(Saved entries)
——
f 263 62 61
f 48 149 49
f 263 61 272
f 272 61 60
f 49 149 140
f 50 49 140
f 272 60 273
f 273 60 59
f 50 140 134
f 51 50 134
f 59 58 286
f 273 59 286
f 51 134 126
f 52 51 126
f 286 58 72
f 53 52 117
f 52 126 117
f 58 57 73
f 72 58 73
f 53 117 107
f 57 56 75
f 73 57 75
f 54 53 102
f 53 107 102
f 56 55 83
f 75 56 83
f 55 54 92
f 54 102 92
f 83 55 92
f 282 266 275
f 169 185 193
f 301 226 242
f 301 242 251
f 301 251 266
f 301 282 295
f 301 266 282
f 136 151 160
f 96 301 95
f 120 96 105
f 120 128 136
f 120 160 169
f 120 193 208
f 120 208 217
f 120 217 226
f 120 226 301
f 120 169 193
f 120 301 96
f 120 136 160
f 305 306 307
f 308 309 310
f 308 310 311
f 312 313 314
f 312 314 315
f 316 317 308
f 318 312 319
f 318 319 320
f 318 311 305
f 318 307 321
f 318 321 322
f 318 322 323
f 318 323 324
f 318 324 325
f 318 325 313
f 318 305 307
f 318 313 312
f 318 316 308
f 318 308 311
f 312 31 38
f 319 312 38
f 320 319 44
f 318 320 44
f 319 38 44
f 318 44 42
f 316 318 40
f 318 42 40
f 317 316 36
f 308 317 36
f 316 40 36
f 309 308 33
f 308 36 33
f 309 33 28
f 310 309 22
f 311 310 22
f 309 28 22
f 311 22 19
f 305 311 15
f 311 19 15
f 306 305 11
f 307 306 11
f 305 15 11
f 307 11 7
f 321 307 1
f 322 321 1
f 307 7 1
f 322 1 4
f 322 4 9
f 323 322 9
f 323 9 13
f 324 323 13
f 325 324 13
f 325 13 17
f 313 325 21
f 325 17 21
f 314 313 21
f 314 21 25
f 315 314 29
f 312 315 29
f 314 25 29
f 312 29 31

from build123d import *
——
• Brief: Nothing from before the line containing "f 325 13 17" should appear; copy that line and each one after it through the last line of the entries, exactly.

• Worked solution:
f 325 13 17
f 313 325 21
f 325 17 21
f 314 313 21
f 314 21 25
f 315 314 29
f 312 315 29
f 314 25 29
f 312 29 31

from build123d import *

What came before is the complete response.